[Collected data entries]
○ ○ ○ ○ ○

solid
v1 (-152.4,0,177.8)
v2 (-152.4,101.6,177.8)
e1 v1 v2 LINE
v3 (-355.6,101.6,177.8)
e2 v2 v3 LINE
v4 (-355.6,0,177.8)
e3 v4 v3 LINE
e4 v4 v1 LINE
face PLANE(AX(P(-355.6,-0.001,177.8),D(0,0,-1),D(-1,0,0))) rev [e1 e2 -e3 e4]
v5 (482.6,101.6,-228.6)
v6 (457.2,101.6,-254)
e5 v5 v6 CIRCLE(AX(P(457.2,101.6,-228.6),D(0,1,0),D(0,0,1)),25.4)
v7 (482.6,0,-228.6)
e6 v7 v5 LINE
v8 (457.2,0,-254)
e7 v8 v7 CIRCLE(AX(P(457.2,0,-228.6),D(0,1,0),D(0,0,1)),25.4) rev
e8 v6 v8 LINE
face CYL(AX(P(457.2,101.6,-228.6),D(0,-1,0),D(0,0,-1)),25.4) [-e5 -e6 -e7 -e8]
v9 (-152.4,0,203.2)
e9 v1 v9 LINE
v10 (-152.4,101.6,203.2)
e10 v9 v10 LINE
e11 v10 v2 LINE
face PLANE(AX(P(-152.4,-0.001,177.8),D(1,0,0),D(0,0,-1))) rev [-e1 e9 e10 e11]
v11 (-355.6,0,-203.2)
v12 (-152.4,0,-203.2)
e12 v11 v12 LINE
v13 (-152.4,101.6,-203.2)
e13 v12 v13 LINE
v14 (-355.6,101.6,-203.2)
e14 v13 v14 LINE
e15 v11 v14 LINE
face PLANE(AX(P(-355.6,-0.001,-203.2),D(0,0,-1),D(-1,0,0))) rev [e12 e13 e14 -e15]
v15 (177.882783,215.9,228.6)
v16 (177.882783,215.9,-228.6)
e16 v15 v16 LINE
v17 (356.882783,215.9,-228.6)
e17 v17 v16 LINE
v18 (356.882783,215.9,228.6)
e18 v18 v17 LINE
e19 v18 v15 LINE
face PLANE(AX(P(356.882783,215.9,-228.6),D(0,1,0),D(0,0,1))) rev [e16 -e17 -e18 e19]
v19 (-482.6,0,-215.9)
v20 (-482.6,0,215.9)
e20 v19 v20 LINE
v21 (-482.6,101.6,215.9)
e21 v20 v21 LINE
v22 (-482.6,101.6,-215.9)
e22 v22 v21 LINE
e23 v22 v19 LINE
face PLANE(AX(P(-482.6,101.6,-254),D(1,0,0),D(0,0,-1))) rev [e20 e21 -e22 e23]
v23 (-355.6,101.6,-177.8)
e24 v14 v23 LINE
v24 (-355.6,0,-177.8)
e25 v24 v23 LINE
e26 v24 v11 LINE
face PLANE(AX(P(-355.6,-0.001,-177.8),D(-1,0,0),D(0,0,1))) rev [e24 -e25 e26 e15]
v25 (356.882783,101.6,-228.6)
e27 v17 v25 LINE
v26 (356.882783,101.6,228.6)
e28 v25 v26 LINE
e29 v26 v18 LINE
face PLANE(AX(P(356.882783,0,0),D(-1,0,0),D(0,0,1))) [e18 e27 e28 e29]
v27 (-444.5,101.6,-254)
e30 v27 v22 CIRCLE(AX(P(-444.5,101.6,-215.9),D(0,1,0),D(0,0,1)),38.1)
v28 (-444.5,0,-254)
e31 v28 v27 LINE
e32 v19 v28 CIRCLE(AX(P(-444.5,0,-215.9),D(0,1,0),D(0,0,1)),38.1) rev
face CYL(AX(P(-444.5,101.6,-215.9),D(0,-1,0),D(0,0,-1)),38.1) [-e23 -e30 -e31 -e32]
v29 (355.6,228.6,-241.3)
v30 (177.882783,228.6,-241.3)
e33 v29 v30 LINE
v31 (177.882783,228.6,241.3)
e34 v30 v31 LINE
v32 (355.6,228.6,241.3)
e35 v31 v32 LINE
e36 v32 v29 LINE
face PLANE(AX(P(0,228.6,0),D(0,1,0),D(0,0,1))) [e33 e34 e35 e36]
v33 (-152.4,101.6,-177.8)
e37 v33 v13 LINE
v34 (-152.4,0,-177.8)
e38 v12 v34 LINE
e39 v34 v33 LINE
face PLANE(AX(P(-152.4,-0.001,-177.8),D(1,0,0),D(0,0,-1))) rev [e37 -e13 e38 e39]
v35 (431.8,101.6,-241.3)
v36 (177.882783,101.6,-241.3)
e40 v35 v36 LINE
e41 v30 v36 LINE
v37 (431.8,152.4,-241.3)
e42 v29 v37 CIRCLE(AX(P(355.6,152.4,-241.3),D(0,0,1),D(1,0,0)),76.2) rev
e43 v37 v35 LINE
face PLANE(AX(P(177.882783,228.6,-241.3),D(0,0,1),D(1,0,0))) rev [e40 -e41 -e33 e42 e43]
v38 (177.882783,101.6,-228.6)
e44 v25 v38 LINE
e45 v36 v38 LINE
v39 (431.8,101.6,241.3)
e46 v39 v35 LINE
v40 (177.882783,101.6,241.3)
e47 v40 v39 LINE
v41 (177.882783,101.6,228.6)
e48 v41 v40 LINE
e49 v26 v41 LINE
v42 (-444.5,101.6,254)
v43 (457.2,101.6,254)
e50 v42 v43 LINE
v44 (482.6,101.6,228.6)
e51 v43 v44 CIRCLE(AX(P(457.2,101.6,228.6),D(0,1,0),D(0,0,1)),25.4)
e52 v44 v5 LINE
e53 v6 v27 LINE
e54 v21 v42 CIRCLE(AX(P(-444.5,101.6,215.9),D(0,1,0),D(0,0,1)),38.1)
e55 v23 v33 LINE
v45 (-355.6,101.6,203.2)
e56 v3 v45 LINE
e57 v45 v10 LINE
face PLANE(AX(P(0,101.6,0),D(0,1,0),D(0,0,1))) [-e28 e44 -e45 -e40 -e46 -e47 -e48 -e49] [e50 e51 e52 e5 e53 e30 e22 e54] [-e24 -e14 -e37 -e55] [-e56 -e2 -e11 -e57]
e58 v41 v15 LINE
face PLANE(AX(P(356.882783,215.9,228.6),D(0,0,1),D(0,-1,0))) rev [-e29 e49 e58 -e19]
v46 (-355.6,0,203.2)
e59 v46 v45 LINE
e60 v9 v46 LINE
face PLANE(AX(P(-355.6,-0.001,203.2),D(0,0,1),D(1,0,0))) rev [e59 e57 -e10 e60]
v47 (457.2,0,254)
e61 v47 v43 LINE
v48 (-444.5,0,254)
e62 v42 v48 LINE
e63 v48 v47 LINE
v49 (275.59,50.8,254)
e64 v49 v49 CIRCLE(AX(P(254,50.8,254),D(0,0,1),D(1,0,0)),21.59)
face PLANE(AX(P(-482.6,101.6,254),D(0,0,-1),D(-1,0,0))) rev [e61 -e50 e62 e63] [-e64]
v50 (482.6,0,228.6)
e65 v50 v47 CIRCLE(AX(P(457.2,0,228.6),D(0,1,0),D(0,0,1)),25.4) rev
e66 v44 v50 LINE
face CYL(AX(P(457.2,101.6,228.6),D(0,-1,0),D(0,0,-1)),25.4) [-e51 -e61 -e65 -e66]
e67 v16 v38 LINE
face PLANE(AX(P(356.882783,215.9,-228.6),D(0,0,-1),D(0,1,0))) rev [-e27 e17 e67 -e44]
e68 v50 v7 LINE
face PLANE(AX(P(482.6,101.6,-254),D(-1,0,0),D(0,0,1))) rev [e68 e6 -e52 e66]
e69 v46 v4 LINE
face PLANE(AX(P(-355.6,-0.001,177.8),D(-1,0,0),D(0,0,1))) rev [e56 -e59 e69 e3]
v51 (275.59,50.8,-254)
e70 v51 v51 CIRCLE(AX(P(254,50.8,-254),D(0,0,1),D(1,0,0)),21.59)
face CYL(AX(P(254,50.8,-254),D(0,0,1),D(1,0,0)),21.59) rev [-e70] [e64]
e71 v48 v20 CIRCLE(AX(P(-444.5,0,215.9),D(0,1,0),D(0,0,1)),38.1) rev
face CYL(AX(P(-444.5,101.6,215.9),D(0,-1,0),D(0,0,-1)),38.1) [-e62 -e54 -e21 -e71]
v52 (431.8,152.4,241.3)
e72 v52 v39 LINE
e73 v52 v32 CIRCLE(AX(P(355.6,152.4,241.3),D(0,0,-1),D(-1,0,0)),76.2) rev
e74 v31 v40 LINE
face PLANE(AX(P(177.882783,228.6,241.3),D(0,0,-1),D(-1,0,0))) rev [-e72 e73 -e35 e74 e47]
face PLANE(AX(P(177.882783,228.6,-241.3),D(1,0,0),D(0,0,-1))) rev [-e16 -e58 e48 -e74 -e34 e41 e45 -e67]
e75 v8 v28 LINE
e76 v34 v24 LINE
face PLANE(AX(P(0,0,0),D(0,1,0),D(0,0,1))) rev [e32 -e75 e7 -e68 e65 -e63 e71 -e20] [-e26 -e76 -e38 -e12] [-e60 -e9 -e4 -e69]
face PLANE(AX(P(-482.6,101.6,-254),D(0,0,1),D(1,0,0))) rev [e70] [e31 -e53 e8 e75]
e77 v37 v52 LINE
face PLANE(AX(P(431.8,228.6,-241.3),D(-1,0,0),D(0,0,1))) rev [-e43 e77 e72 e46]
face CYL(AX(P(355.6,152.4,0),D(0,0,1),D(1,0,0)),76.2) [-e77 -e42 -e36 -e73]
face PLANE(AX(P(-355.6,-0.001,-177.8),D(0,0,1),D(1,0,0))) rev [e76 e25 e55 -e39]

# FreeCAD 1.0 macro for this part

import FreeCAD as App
import Part
import Sketcher
Q = App.Units.Quantity


def edges_at(feature, points):
    """Names of the edges that pass closest to the given points."""
    edges = feature.Shape.Edges
    near = lambda p: min(range(len(edges)), key=lambda i: edges[i].distToShape(Part.Vertex(*p))[0])
    return sorted({f"Edge{near(p) + 1}" for p in points})


def add_polygon(sketch, points):
    """Adds a closed chain of lines whose ends are joined by coincident constraints."""
    first, n = sketch.GeometryCount, len(points)
    for a, b in zip(points, points[1:] + points[:1]):
        sketch.addGeometry(Part.LineSegment(App.Vector(*a, 0), App.Vector(*b, 0)), False)
    for i in range(n):
        sketch.addConstraint(Sketcher.Constraint("Coincident", first + i, 2, first + (i + 1) % n, 1))

doc = App.newDocument("Part")
body = doc.addObject("PartDesign::Body", "Body")

sketch1 = body.newObject("Sketcher::SketchObject", "Sketch")
sketch1.AttachmentSupport = (doc.getObject("XZ_Plane"), [""])
sketch1.MapMode = "FlatFace"
add_polygon(sketch1, [(-483, -254), (-483, 254), (483, 254), (483, -254)])
sketch1.addConstraint([
    Sketcher.Constraint("Vertical", 0),
    Sketcher.Constraint("Horizontal", 1),
    Sketcher.Constraint("Vertical", 2),
    Sketcher.Constraint("Horizontal", 3),
    Sketcher.Constraint("Symmetric", 0, 2, 2, 2, -1, 1),
    Sketcher.Constraint("DistanceX", 1, 1, 1, 2, Q("38 in")),
    Sketcher.Constraint("DistanceY", 0, 1, 0, 2, Q("20 in")),
])
pad1 = body.newObject("PartDesign::Pad", "Pad")
pad1.Profile = sketch1
pad1.Length = Q("4 in")
pad1.Reversed = True

sketch2 = body.newObject("Sketcher::SketchObject", "Sketch001")
sketch2.AttachmentSupport = (doc.getObject("XY_Plane"), [""])
sketch2.MapMode = "FlatFace"
sketch2.AttachmentOffset = App.Placement(App.Vector(0, 0, 10 * 25.4), App.Rotation())
sketch2.addGeometry(Part.Circle(App.Vector(254, 51, 0), App.Vector(0, 0, 1), 22), False)
sketch2.addConstraint([
    Sketcher.Constraint("Diameter", 0, Q("1.7 in")),
    Sketcher.Constraint("DistanceX", -1, 1, 0, 3, Q("10 in")),
    Sketcher.Constraint("DistanceY", -1, 1, 0, 3, Q("2 in")),
])
pocket1 = body.newObject("PartDesign::Pocket", "Pocket")
pocket1.Profile = sketch2
pocket1.Type = "ThroughAll"
doc.recompute()

fillet = body.newObject("PartDesign::Fillet", "Fillet")
fillet.Base = (pocket1, edges_at(pocket1, [(-482.6, 50.8, -254), (-482.6, 50.8, 254)]))
fillet.Radius = Q("1.5 in")
doc.recompute()

fillet2 = body.newObject("PartDesign::Fillet", "Fillet001")
fillet2.Base = (fillet, edges_at(fillet, [(482.6, 50.8, -254), (482.6, 50.8, 254)]))
fillet2.Radius = Q("1 in")

sketch3 = body.newObject("Sketcher::SketchObject", "Sketch002")
sketch3.AttachmentSupport = (doc.getObject("XZ_Plane"), [""])
sketch3.MapMode = "FlatFace"
sketch3.AttachmentOffset = App.Placement(App.Vector(0, 0, -4 * 25.4), App.Rotation())
add_polygon(sketch3, [(-356, 178), (-356, 203), (-152, 203), (-152, 178)])
sketch3.addConstraint([
    Sketcher.Constraint("Vertical", 0),
    Sketcher.Constraint("Horizontal", 1),
    Sketcher.Constraint("Vertical", 2),
    Sketcher.Constraint("Horizontal", 3),
    Sketcher.Constraint("DistanceX", 1, 1, 1, 2, Q("8 in")),
    Sketcher.Constraint("DistanceY", 0, 1, 0, 2, Q("1 in")),
    Sketcher.Constraint("DistanceX", 0, 2, -1, 1, Q("14 in")),
    Sketcher.Constraint("DistanceY", -1, 1, 0, 2, Q("8 in")),
])
pocket2 = body.newObject("PartDesign::Pocket", "Pocket001")
pocket2.Profile = sketch3
pocket2.Type = "UpToFirst"
pocket2.Reversed = True

sketch4 = body.newObject("Sketcher::SketchObject", "Sketch003")
sketch4.AttachmentSupport = (doc.getObject("XZ_Plane"), [""])
sketch4.MapMode = "FlatFace"
sketch4.AttachmentOffset = App.Placement(App.Vector(0, 0, -4 * 25.4), App.Rotation())
add_polygon(sketch4, [(-356, -203), (-356, -178), (-152, -178), (-152, -203)])
sketch4.addConstraint([
    Sketcher.Constraint("Vertical", 0),
    Sketcher.Constraint("Horizontal", 1),
    Sketcher.Constraint("Vertical", 2),
    Sketcher.Constraint("Horizontal", 3),
    Sketcher.Constraint("DistanceX", 1, 1, 1, 2, Q("8 in")),
    Sketcher.Constraint("DistanceY", 0, 1, 0, 2, Q("1 in")),
    Sketcher.Constraint("DistanceX", 0, 2, -1, 1, Q("14 in")),
    Sketcher.Constraint("DistanceY", 0, 2, -1, 1, Q("7 in")),
])
pocket3 = body.newObject("PartDesign::Pocket", "Pocket002")
pocket3.Profile = sketch4
pocket3.Type = "UpToFirst"
pocket3.Reversed = True

sketch5 = body.newObject("Sketcher::SketchObject", "Sketch004")
sketch5.AttachmentSupport = (doc.getObject("XZ_Plane"), [""])
sketch5.MapMode = "FlatFace"
sketch5.AttachmentOffset = App.Placement(App.Vector(0, 0, -4 * 25.4), App.Rotation())
add_polygon(sketch5, [(178, -241), (178, 241), (432, 241), (432, -241)])
sketch5.addConstraint([
    Sketcher.Constraint("Vertical", 0),
    Sketcher.Constraint("Horizontal", 1),
    Sketcher.Constraint("Vertical", 2),
    Sketcher.Constraint("Horizontal", 3),
    Sketcher.Constraint("DistanceY", 0, 1, 0, 2, Q("19 in")),
    Sketcher.Constraint("DistanceX", -1, 1, 1, 2, Q("17 in")),
    Sketcher.Constraint("DistanceY", -1, 1, 0, 2, Q("9.5 in")),
    Sketcher.Constraint("DistanceX", 1, 1, 1, 2, Q("253.917217 mm")),
])
pad2 = body.newObject("PartDesign::Pad", "Pad001")
pad2.Profile = sketch5
pad2.Length = Q("5 in")
pad2.Reversed = True
doc.recompute()

fillet3 = body.newObject("PartDesign::Fillet", "Fillet002")
fillet3.Base = (pad2, edges_at(pad2, [(431.8, 228.6, 0)]))
fillet3.Radius = Q("3 in")

sketch6 = body.newObject("Sketcher::SketchObject", "Sketch005")
sketch6.AttachmentSupport = (doc.getObject("YZ_Plane"), [""])
sketch6.MapMode = "FlatFace"
sketch6.AttachmentOffset = App.Placement(App.Vector(0, 0, 177.882783), App.Rotation())
add_polygon(sketch6, [(216, -229), (102, -229), (102, 229), (216, 229)])
sketch6.addConstraint([
    Sketcher.Constraint("Horizontal", 0),
    Sketcher.Constraint("Vertical", 1),
    Sketcher.Constraint("Horizontal", 2),
    Sketcher.Constraint("Vertical", 3),
    Sketcher.Constraint("DistanceY", 1, 1, 1, 2, Q("18 in")),
    Sketcher.Constraint("DistanceX", 0, 2, 0, 1, Q("4.5 in")),
    Sketcher.Constraint("DistanceX", -1, 1, 0, 2, Q("4 in")),
    Sketcher.Constraint("DistanceY", 0, 2, -1, 1, Q("9 in")),
])
pocket4 = body.newObject("PartDesign::Pocket", "Pocket003")
pocket4.Profile = sketch6
pocket4.Length = 179
pocket4.Reversed = True

doc.recompute()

○ ○ ○ ○ ○

* Problem to solve: Among the entries above, the line containing "e46 v39 v35 LINE", the line containing "e66 v44 v50 LINE", and all lines between them are to be restated word for word; nothing else belongs in the reply.

* Response box:
e46 v39 v35 LINE
v40 (177.882783,101.6,241.3)
e47 v40 v39 LINE
v41 (177.882783,101.6,228.6)
e48 v41 v40 LINE
e49 v26 v41 LINE
v42 (-444.5,101.6,254)
v43 (457.2,101.6,254)
e50 v42 v43 LINE
v44 (482.6,101.6,228.6)
e51 v43 v44 CIRCLE(AX(P(457.2,101.6,228.6),D(0,1,0),D(0,0,1)),25.4)
e52 v44 v5 LINE
e53 v6 v27 LINE
e54 v21 v42 CIRCLE(AX(P(-444.5,101.6,215.9),D(0,1,0),D(0,0,1)),38.1)
e55 v23 v33 LINE
v45 (-355.6,101.6,203.2)
e56 v3 v45 LINE
e57 v45 v10 LINE
face PLANE(AX(P(0,101.6,0),D(0,1,0),D(0,0,1))) [-e28 e44 -e45 -e40 -e46 -e47 -e48 -e49] [e50 e51 e52 e5 e53 e30 e22 e54] [-e24 -e14 -e37 -e55] [-e56 -e2 -e11 -e57]
e58 v41 v15 LINE
face PLANE(AX(P(356.882783,215.9,228.6),D(0,0,1),D(0,-1,0))) rev [-e29 e49 e58 -e19]
v46 (-355.6,0,203.2)
e59 v46 v45 LINE
e60 v9 v46 LINE
face PLANE(AX(P(-355.6,-0.001,203.2),D(0,0,1),D(1,0,0))) rev [e59 e57 -e10 e60]
v47 (457.2,0,254)
e61 v47 v43 LINE
v48 (-444.5,0,254)
e62 v42 v48 LINE
e63 v48 v47 LINE
v49 (275.59,50.8,254)
e64 v49 v49 CIRCLE(AX(P(254,50.8,254),D(0,0,1),D(1,0,0)),21.59)
face PLANE(AX(P(-482.6,101.6,254),D(0,0,-1),D(-1,0,0))) rev [e61 -e50 e62 e63] [-e64]
v50 (482.6,0,228.6)
e65 v50 v47 CIRCLE(AX(P(457.2,0,228.6),D(0,1,0),D(0,0,1)),25.4) rev
e66 v44 v50 LINE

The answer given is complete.